If I recall correctly, the teaching on gender roles was added in 1998 while the article on Scripture was changed in 2000 (along with the Lord's Day) to remove neo-orthodox teaching. The former was the main objective. I would imagine that many never even noticed the change with regard to the Lord's Day unless they compared the whole document with the older versions.

Although I understand he agrees with the current BF&M teaching on the Lord's Day, I was interested and glad to see Dr. Mohler's teaching on the 2nd Commandment and the prohibition of images in his book on the 10 commandments.


----------



## elnwood

Pilgrim said:


> I doubt there was any significant opposition to the change on the Lord's Day. (On the other hand, there are other teachings in the BF&M such as the terms of communion that are far too hot to handle.) With the exception of churches that are dually affiliated with ARBCA, I hardly know of any Southern Baptist pastors (Calvinistic or non) who hold to the Puritan view of the Sabbath. This includes those who are otherwise more or less covenantal and who largely identify with the 1689, similar to the widespread taking of exceptions on the 4th commandment in the PCA. Occasionally you will find some senior saints in the SBC and similar churches who are still inclined toward that view.



Most of you treat the confessions as something that should rarely or never be revised: it's importance is that it hasn't changed that much, and to change it is to imply that it is deficient in some way, or that the unchanging truths that it represents has somehow been changed.

I tend to think that the confessions should be pragmatic. They are first and foremost the doctrinal standard of the churches. I think one purpose is to prevent doctrinal error, and to that end I would prefer the confessions to be updated periodically, similar to the Baptist Faith and Message.

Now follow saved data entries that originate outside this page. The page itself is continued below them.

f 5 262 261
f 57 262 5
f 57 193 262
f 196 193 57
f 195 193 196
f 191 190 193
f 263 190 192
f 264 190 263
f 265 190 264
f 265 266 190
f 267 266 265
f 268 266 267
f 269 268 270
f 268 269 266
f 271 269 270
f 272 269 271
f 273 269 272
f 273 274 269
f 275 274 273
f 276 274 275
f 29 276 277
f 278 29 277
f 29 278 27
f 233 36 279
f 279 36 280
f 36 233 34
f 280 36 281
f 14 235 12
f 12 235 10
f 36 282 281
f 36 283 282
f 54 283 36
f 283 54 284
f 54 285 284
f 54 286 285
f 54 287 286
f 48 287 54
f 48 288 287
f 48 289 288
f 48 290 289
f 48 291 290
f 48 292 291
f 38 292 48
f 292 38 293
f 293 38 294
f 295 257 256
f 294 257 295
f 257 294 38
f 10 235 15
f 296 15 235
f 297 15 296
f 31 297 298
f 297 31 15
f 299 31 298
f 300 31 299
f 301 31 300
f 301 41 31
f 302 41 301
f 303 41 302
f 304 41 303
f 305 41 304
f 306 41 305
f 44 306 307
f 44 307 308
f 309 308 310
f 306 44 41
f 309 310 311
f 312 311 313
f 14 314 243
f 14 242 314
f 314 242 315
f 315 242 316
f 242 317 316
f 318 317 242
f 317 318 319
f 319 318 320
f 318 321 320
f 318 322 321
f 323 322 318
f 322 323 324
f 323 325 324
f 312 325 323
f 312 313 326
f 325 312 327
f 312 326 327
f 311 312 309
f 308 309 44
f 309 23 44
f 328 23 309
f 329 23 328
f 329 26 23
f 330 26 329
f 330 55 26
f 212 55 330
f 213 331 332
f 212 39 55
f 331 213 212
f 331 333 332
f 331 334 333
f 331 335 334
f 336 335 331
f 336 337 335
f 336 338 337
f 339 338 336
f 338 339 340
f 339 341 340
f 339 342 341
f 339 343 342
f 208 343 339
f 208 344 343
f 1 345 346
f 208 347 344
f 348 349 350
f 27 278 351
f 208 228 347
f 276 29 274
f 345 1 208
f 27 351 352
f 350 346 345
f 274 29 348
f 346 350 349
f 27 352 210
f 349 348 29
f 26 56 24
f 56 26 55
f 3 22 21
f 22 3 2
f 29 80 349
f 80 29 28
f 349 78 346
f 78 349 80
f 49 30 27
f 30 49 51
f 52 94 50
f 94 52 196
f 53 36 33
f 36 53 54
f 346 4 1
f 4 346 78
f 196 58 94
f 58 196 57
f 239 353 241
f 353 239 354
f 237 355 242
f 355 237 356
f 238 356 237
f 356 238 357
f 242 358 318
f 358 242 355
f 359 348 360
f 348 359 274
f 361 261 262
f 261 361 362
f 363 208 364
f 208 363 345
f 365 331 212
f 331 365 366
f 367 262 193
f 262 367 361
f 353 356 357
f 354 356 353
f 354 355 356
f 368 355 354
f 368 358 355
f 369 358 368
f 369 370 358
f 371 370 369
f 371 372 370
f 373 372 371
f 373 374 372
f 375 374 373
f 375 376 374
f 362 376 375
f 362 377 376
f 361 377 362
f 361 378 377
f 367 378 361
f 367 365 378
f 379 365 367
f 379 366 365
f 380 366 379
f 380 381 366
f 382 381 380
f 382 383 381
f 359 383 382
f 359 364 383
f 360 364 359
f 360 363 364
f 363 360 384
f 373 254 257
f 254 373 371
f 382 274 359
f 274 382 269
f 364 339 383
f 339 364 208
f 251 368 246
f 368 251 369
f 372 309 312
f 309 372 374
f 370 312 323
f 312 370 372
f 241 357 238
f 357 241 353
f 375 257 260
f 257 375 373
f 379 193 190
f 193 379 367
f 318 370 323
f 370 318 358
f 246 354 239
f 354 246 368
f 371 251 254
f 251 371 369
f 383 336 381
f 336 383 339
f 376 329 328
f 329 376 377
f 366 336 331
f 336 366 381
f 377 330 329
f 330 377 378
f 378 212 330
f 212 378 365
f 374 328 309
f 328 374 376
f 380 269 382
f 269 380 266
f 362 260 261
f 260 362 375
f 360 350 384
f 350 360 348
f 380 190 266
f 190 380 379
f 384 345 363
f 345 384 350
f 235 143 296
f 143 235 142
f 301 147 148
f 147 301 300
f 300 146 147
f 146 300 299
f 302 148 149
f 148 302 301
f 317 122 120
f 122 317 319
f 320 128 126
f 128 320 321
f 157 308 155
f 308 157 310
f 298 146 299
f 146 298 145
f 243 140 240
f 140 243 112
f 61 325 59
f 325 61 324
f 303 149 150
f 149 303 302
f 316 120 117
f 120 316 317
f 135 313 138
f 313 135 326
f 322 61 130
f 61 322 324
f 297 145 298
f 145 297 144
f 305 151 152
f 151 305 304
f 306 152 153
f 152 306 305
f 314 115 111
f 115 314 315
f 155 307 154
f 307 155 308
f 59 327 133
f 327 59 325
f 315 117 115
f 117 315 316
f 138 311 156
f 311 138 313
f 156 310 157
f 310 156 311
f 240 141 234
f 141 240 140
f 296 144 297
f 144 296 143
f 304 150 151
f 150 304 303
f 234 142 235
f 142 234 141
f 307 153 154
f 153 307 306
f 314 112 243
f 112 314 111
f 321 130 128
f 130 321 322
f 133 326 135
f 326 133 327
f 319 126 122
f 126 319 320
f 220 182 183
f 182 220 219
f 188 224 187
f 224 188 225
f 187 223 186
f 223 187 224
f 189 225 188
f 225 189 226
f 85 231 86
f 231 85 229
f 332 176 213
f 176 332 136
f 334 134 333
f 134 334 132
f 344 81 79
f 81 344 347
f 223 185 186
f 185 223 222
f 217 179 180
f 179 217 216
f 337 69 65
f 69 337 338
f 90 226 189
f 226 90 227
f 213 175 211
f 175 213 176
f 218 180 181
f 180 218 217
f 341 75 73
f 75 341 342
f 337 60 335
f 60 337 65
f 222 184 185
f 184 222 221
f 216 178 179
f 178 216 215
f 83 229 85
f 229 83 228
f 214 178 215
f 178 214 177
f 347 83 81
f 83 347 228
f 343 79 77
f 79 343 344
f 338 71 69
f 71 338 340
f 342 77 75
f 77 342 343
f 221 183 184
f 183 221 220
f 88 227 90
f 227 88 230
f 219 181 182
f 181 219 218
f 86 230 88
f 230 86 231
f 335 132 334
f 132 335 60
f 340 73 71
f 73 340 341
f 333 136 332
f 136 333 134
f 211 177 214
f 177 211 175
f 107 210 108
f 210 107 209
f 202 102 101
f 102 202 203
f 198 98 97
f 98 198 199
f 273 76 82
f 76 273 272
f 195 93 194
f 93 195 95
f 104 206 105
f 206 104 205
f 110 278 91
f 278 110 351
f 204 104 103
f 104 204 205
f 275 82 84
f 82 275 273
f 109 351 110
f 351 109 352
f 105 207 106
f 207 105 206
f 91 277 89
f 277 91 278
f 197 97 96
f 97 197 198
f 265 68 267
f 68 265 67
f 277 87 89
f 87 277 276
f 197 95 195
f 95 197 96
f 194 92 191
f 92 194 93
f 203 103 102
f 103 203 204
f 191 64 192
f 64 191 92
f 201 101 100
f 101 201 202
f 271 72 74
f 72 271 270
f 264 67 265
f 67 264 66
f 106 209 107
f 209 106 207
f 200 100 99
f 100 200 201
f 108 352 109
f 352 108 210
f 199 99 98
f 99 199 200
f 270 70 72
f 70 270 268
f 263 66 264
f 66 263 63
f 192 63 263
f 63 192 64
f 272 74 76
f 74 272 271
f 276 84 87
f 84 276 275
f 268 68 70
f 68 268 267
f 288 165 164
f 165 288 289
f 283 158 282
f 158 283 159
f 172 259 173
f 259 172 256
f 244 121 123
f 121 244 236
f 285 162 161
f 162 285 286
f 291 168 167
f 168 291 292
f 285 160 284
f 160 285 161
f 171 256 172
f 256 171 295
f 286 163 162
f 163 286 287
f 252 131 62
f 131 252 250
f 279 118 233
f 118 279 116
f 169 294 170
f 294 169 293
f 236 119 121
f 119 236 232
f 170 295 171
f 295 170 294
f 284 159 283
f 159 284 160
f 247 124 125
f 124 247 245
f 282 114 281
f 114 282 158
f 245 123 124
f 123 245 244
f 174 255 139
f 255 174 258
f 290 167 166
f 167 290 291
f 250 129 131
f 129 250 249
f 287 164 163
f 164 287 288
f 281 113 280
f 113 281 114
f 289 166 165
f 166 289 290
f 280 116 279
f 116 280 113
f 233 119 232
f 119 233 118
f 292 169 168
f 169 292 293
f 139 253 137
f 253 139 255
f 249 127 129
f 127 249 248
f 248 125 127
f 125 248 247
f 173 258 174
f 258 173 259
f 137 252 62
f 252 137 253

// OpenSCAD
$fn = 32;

I also think that the confessions ought to represent the doctrinal standard of the church, and I think it's rather silly to hold up a doctrinal standard that the vast majority of elders in the PCA take exceptions to, especially with regard to the Sabbath. I think the PCA either needs to enforce the WCF on the Sabbath (realistically not going to happen) or revise the confession to reflect the current understanding of the Lord's Day within the PCA, similar to how the SBC revised the BF&M. The latter, I think, is preferable to allowing widespread exceptions.


----------



## Pilgrim

elnwood said:


> Pilgrim said:
> 
> 
> 
> I doubt there was any significant opposition to the change on the Lord's Day. (On the other hand, there are other teachings in the BF&M such as the terms of communion that are far too hot to handle.) With the exception of churches that are dually affiliated with ARBCA, I hardly know of any Southern Baptist pastors (Calvinistic or non) who hold to the Puritan view of the Sabbath. This includes those who are otherwise more or less covenantal and who largely identify with the 1689, similar to the widespread taking of exceptions on the 4th commandment in the PCA. Occasionally you will find some senior saints in the SBC and similar churches who are still inclined toward that view.
> 
> 
> 
> 
> Most of you treat the confessions as something that should rarely or never be revised: it's importance is that it hasn't changed that much, and to change it is to imply that it is deficient in some way, or that the unchanging truths that it represents has somehow been changed.
> 
> I tend to think that the confessions should be pragmatic. They are first and foremost the doctrinal standard of the churches. I think one purpose is to prevent doctrinal error, and to that end I would prefer the confessions to be updated periodically, similar to the Baptist Faith and Message.
> 
> I also think that the confessions ought to represent the doctrinal standard of the church, and I think it's rather silly to hold up a doctrinal standard that the vast majority of elders in the PCA take exceptions to, especially with regard to the Sabbath. I think the PCA either needs to enforce the WCF on the Sabbath (realistically not going to happen) or revise the confession to reflect the current understanding of the Lord's Day within the PCA, similar to how the SBC revised the BF&M. The latter, I think, is preferable to allowing widespread exceptions.
Click to expand...


Don,

I think you have a point with the implication of allowing widespread exceptions. If a large majority end up taking exceptions to a certain teaching, it practically ends up being an unwritten confessional revision. Right or wrong, as I understand it exceptions are generally allowed if they are not determined to be inimical to the "system of doctrine" taught in the standards. There's a significant difference between system subscription and strict subscription. There are a good many strict subscriptionists in the PCA, but officially the position is system subscription. There are other denominations that adhere more closely to the confessions, like the OPC. I'm not sure if exceptions are even allowed in some of the Dutch and continental Reformed churches. 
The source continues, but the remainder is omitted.